*** Source material ***

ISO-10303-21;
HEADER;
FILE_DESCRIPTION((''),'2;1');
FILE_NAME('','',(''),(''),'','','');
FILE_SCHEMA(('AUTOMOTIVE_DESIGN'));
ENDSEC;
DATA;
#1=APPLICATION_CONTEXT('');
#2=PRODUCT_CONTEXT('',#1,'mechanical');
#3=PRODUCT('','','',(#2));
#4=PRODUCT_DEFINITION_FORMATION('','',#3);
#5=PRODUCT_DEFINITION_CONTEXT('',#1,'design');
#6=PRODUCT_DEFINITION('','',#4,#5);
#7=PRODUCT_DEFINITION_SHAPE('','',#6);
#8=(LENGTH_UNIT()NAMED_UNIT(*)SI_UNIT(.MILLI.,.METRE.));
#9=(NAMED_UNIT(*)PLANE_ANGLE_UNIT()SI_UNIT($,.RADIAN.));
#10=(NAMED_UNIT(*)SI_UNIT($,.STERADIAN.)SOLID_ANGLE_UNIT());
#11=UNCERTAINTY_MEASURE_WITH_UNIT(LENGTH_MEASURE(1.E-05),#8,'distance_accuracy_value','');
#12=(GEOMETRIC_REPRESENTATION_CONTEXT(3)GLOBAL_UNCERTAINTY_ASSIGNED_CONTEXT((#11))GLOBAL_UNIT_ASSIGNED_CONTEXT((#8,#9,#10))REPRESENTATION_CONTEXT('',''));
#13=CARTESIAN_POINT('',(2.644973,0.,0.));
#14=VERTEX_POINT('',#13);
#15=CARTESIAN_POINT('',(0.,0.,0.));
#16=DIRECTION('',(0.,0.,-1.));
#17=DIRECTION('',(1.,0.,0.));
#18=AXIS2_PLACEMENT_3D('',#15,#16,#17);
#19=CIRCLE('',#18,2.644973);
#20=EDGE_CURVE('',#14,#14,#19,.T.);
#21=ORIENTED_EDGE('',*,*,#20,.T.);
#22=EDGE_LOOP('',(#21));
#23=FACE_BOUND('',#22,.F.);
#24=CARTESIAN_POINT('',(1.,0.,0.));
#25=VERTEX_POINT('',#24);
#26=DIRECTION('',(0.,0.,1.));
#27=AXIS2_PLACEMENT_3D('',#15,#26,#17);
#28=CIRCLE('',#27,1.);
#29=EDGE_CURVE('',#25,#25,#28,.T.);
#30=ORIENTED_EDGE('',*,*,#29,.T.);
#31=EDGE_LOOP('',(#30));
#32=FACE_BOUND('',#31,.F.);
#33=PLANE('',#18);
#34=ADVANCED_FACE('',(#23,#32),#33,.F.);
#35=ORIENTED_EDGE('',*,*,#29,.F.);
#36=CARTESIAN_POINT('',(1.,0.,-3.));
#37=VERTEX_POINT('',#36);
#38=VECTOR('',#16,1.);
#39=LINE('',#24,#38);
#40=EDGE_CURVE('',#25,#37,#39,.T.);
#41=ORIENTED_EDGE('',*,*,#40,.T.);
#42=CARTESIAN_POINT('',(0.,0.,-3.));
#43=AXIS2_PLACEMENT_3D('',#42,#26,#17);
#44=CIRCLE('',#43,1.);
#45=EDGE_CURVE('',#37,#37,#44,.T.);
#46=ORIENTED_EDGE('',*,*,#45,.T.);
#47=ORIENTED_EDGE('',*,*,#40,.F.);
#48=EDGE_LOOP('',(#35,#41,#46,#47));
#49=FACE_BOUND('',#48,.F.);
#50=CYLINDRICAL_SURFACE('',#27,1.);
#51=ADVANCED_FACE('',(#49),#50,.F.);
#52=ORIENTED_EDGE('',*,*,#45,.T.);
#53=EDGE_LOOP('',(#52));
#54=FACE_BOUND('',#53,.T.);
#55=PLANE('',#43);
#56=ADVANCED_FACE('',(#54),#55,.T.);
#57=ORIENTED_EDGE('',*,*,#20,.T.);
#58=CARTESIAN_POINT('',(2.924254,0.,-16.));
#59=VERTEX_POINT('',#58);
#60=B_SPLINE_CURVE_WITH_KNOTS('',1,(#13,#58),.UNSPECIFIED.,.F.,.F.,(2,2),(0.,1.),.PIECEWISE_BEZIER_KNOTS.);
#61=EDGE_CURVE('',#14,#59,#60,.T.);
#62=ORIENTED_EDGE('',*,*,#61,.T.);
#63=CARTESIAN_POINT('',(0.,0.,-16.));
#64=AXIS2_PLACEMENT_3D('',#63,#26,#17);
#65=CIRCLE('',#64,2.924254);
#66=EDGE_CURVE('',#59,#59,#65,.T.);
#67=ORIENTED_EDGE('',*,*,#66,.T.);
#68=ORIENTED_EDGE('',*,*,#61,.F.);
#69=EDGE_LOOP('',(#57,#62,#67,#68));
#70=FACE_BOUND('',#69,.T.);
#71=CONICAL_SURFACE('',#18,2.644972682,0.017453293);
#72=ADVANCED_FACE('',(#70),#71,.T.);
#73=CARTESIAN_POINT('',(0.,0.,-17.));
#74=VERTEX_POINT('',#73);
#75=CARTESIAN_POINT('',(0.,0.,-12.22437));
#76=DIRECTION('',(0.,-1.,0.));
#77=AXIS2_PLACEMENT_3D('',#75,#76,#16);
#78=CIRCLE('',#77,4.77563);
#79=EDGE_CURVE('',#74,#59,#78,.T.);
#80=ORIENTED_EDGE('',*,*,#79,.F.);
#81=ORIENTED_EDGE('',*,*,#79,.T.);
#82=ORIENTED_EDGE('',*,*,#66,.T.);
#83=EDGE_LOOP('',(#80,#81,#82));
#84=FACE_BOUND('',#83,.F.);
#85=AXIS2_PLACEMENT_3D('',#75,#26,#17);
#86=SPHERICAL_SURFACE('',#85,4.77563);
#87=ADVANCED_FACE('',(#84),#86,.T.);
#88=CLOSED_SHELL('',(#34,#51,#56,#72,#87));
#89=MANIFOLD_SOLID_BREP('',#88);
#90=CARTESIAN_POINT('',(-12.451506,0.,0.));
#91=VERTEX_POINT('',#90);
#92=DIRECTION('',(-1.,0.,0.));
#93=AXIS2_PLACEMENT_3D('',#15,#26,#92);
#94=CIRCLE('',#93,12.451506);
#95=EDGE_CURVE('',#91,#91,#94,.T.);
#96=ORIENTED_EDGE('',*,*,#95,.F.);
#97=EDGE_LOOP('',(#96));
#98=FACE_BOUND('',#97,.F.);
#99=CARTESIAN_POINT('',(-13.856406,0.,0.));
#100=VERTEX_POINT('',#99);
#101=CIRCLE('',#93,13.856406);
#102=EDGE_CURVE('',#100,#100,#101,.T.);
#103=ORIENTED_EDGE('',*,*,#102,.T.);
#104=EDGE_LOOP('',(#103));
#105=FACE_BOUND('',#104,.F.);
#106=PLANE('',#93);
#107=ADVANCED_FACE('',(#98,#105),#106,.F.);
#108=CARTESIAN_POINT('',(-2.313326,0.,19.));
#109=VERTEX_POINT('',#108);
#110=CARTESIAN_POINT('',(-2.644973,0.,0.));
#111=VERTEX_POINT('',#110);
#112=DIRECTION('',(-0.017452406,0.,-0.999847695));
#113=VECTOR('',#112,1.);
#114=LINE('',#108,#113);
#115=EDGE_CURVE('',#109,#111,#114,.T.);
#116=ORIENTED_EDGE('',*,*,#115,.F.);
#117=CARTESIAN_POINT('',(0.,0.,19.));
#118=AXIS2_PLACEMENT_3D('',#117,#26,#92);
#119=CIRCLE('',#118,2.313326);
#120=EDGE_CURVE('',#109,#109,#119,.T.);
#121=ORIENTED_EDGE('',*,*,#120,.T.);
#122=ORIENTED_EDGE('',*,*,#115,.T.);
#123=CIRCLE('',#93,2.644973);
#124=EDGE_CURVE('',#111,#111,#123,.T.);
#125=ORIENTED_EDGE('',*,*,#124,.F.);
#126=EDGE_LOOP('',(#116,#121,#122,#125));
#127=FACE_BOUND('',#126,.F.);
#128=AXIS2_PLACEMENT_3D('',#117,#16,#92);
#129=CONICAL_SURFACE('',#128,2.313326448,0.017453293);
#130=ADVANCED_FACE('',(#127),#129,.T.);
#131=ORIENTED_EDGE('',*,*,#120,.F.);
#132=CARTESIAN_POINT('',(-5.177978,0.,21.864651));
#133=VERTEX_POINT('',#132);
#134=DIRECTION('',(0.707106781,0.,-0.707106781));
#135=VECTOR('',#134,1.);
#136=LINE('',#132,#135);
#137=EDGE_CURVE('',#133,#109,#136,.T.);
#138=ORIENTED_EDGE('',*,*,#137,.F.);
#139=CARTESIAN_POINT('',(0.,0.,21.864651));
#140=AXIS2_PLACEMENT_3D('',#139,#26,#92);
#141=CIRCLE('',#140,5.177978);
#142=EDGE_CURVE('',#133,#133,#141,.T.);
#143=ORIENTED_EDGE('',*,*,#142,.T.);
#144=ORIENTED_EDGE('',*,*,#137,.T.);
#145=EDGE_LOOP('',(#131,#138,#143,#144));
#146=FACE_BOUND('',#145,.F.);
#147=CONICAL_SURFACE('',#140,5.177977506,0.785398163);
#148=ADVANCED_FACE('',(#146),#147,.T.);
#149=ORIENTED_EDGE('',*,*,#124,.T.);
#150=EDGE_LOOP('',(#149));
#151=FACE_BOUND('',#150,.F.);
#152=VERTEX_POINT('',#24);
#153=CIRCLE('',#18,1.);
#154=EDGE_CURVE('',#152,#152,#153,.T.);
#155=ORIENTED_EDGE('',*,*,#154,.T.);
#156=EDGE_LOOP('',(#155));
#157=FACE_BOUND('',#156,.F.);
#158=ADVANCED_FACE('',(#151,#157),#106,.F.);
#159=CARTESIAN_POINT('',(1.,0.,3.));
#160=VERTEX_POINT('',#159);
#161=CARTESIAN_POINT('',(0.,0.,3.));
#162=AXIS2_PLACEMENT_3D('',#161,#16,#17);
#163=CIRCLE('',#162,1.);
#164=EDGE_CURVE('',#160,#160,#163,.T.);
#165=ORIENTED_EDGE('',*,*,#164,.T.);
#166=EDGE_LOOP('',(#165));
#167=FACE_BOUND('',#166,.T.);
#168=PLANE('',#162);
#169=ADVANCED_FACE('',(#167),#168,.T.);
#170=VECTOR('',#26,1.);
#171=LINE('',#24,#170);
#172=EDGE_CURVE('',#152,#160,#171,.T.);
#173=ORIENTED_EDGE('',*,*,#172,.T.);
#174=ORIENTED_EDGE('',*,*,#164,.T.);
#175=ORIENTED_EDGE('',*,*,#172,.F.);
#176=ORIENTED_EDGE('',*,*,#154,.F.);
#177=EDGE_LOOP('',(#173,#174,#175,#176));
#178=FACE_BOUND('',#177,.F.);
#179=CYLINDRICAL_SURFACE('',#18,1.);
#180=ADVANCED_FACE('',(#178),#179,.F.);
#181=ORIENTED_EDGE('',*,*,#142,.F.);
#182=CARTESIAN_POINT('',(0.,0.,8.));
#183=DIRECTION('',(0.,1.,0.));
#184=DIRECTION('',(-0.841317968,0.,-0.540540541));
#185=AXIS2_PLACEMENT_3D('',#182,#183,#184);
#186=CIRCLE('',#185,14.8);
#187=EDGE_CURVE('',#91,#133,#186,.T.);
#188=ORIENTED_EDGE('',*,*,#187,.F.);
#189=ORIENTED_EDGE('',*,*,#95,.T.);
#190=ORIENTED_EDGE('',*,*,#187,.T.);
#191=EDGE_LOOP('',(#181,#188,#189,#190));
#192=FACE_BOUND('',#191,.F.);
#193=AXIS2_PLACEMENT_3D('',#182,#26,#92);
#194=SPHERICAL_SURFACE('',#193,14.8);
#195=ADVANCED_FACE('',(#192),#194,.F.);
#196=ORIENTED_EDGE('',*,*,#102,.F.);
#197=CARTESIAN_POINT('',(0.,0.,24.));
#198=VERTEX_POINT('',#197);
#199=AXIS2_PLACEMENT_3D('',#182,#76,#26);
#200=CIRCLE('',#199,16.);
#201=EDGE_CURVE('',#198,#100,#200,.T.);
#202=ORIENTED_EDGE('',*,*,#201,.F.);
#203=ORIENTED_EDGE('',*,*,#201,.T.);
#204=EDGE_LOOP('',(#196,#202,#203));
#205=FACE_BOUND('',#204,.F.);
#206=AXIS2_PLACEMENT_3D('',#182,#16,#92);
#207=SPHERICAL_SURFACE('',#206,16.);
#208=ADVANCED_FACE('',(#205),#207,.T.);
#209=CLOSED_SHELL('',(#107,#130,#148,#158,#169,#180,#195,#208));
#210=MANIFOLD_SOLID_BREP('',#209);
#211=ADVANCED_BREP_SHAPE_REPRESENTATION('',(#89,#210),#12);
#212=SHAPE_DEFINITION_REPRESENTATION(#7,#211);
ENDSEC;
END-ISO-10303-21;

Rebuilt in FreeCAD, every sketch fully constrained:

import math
import FreeCAD as App
import Part
import Sketcher
from FreeCAD import Vector
Q = App.Units.Quantity

doc = App.newDocument("Part")
params = doc.addObject("Spreadsheet::Sheet", "Params")
for row, (alias, value) in enumerate([
    ("sketch1_radius", "16 mm"),
    ("sketch1_radius2", "14.8 mm"),
    ("sketch1_height", "24 mm"),
    ("revolution_angle", "360 deg"),
    ("sketch2_diameter", "2 mm"),
    ("pocket1_length", "3 mm"),
    ("pad1_length", "16 mm"),
    ("pad1_taper", "1 deg"),
    ("sketch4_height", "1 mm"),
    ("revolution2_angle", "360 deg"),
    ("sketch5_diameter", "2 mm"),
    ("pocket2_length", "3 mm"),
], start=1):
    params.set(f"A{row}", alias)
    params.set(f"B{row}", "=" + value)
    params.setAlias(f"B{row}", alias)

body = doc.addObject("PartDesign::Body", "Body")

sketch1 = body.newObject("Sketcher::SketchObject", "Sketch")
sketch1.AttachmentSupport = (doc.getObject("XZ_Plane"), [""])
sketch1.MapMode = "FlatFace"
sketch1.addGeometry([
    Part.ArcOfCircle(Part.Circle(Vector(0, 8, 0), Vector(0, 0, 1), 16), math.radians(90), math.radians(210)),
    Part.LineSegment(Vector(-13.9, 0, 0), Vector(-12.5, 0, 0)),
    Part.ArcOfCircle(Part.Circle(Vector(0, 8, 0), Vector(0, 0, 1), 14.8), math.radians(110), math.radians(213)),
    Part.LineSegment(Vector(-5.2, 21.9, 0), Vector(-2.3, 19, 0)),
    Part.LineSegment(Vector(-2.3, 19, 0), Vector(-2.6, 0, 0)),
    Part.LineSegment(Vector(-2.6, 0, 0), Vector(0, 0, 0)),
    Part.LineSegment(Vector(0, 0, 0), Vector(0, 24, 0)),
], False)
sketch1.addConstraint([
    Sketcher.Constraint("Coincident", 0, 2, 1, 1),
    Sketcher.Constraint("Coincident", 1, 2, 2, 2),
    Sketcher.Constraint("Coincident", 2, 1, 3, 1),
    Sketcher.Constraint("Coincident", 3, 2, 4, 1),
    Sketcher.Constraint("Coincident", 4, 2, 5, 1),
    Sketcher.Constraint("Coincident", 5, 2, 6, 1),
    Sketcher.Constraint("Coincident", 6, 2, 0, 1),
    Sketcher.Constraint("Horizontal", 1),
    Sketcher.Constraint("Horizontal", 5),
    Sketcher.Constraint("Vertical", 6),
    Sketcher.Constraint("Coincident", 5, 2, -1, 1),
    Sketcher.Constraint("Coincident", 2, 3, 0, 3),
    Sketcher.Constraint("PointOnObject", 0, 3, -2),
    Sketcher.Constraint("PointOnObject", 0, 2, -1),
    Sketcher.Constraint("Radius", 0, Q("16 mm")),
    Sketcher.Constraint("Radius", 2, Q("14.8 mm")),
    Sketcher.Constraint("DistanceY", 6, 1, 6, 2, Q("24 mm")),
    Sketcher.Constraint("Angle", 3, Q("-45 deg")),
    Sketcher.Constraint("Angle", 4, Q("-91 deg")),
    Sketcher.Constraint("DistanceY", -1, 1, 3, 2, Q("19 mm")),
    Sketcher.Constraint("Distance", 3, Q("4.051228 mm")),
])
sketch1.setExpression("Constraints[14]", "Params.sketch1_radius")
sketch1.setExpression("Constraints[15]", "Params.sketch1_radius2")
sketch1.setExpression("Constraints[16]", "Params.sketch1_height")
revolution = body.newObject("PartDesign::Revolution", "Revolution")
revolution.Profile = sketch1
revolution.ReferenceAxis = (sketch1, ["V_Axis"])
revolution.setExpression("Angle", "Params.revolution_angle")

sketch2 = body.newObject("Sketcher::SketchObject", "Sketch001")
sketch2.AttachmentSupport = (doc.getObject("XY_Plane"), [""])
sketch2.MapMode = "FlatFace"
sketch2.addGeometry(Part.Circle(Vector(0, 0, 0), Vector(0, 0, 1), 1), False)
sketch2.addConstraint([
    Sketcher.Constraint("Coincident", 0, 3, -1, 1),
    Sketcher.Constraint("Diameter", 0, Q("2 mm")),
])
sketch2.setExpression("Constraints[1]", "Params.sketch2_diameter")
pocket1 = body.newObject("PartDesign::Pocket", "Pocket")
pocket1.Profile = sketch2
pocket1.setExpression("Length", "Params.pocket1_length")
pocket1.Reversed = True
body2 = doc.addObject("PartDesign::Body", "Body001")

*** End of Source material ***

Please print exactly what appears from the first line of the data through the line with "#55=PLANE('',#43);", including both of those lines and nothing past them.

ISO-10303-21;
HEADER;
FILE_DESCRIPTION((''),'2;1');
FILE_NAME('','',(''),(''),'','','');
FILE_SCHEMA(('AUTOMOTIVE_DESIGN'));
ENDSEC;
DATA;
#1=APPLICATION_CONTEXT('');
#2=PRODUCT_CONTEXT('',#1,'mechanical');
#3=PRODUCT('','','',(#2));
#4=PRODUCT_DEFINITION_FORMATION('','',#3);
#5=PRODUCT_DEFINITION_CONTEXT('',#1,'design');
#6=PRODUCT_DEFINITION('','',#4,#5);
#7=PRODUCT_DEFINITION_SHAPE('','',#6);
#8=(LENGTH_UNIT()NAMED_UNIT(*)SI_UNIT(.MILLI.,.METRE.));
#9=(NAMED_UNIT(*)PLANE_ANGLE_UNIT()SI_UNIT($,.RADIAN.));
#10=(NAMED_UNIT(*)SI_UNIT($,.STERADIAN.)SOLID_ANGLE_UNIT());
#11=UNCERTAINTY_MEASURE_WITH_UNIT(LENGTH_MEASURE(1.E-05),#8,'distance_accuracy_value','');
#12=(GEOMETRIC_REPRESENTATION_CONTEXT(3)GLOBAL_UNCERTAINTY_ASSIGNED_CONTEXT((#11))GLOBAL_UNIT_ASSIGNED_CONTEXT((#8,#9,#10))REPRESENTATION_CONTEXT('',''));
#13=CARTESIAN_POINT('',(2.644973,0.,0.));
#14=VERTEX_POINT('',#13);
#15=CARTESIAN_POINT('',(0.,0.,0.));
#16=DIRECTION('',(0.,0.,-1.));
#17=DIRECTION('',(1.,0.,0.));
#18=AXIS2_PLACEMENT_3D('',#15,#16,#17);
#19=CIRCLE('',#18,2.644973);
#20=EDGE_CURVE('',#14,#14,#19,.T.);
#21=ORIENTED_EDGE('',*,*,#20,.T.);
#22=EDGE_LOOP('',(#21));
#23=FACE_BOUND('',#22,.F.);
#24=CARTESIAN_POINT('',(1.,0.,0.));
#25=VERTEX_POINT('',#24);
#26=DIRECTION('',(0.,0.,1.));
#27=AXIS2_PLACEMENT_3D('',#15,#26,#17);
#28=CIRCLE('',#27,1.);
#29=EDGE_CURVE('',#25,#25,#28,.T.);
#30=ORIENTED_EDGE('',*,*,#29,.T.);
#31=EDGE_LOOP('',(#30));
#32=FACE_BOUND('',#31,.F.);
#33=PLANE('',#18);
#34=ADVANCED_FACE('',(#23,#32),#33,.F.);
#35=ORIENTED_EDGE('',*,*,#29,.F.);
#36=CARTESIAN_POINT('',(1.,0.,-3.));
#37=VERTEX_POINT('',#36);
#38=VECTOR('',#16,1.);
#39=LINE('',#24,#38);
#40=EDGE_CURVE('',#25,#37,#39,.T.);
#41=ORIENTED_EDGE('',*,*,#40,.T.);
#42=CARTESIAN_POINT('',(0.,0.,-3.));
#43=AXIS2_PLACEMENT_3D('',#42,#26,#17);
#44=CIRCLE('',#43,1.);
#45=EDGE_CURVE('',#37,#37,#44,.T.);
#46=ORIENTED_EDGE('',*,*,#45,.T.);
#47=ORIENTED_EDGE('',*,*,#40,.F.);
#48=EDGE_LOOP('',(#35,#41,#46,#47));
#49=FACE_BOUND('',#48,.F.);
#50=CYLINDRICAL_SURFACE('',#27,1.);
#51=ADVANCED_FACE('',(#49),#50,.F.);
#52=ORIENTED_EDGE('',*,*,#45,.T.);
#53=EDGE_LOOP('',(#52));
#54=FACE_BOUND('',#53,.T.);
#55=PLANE('',#43);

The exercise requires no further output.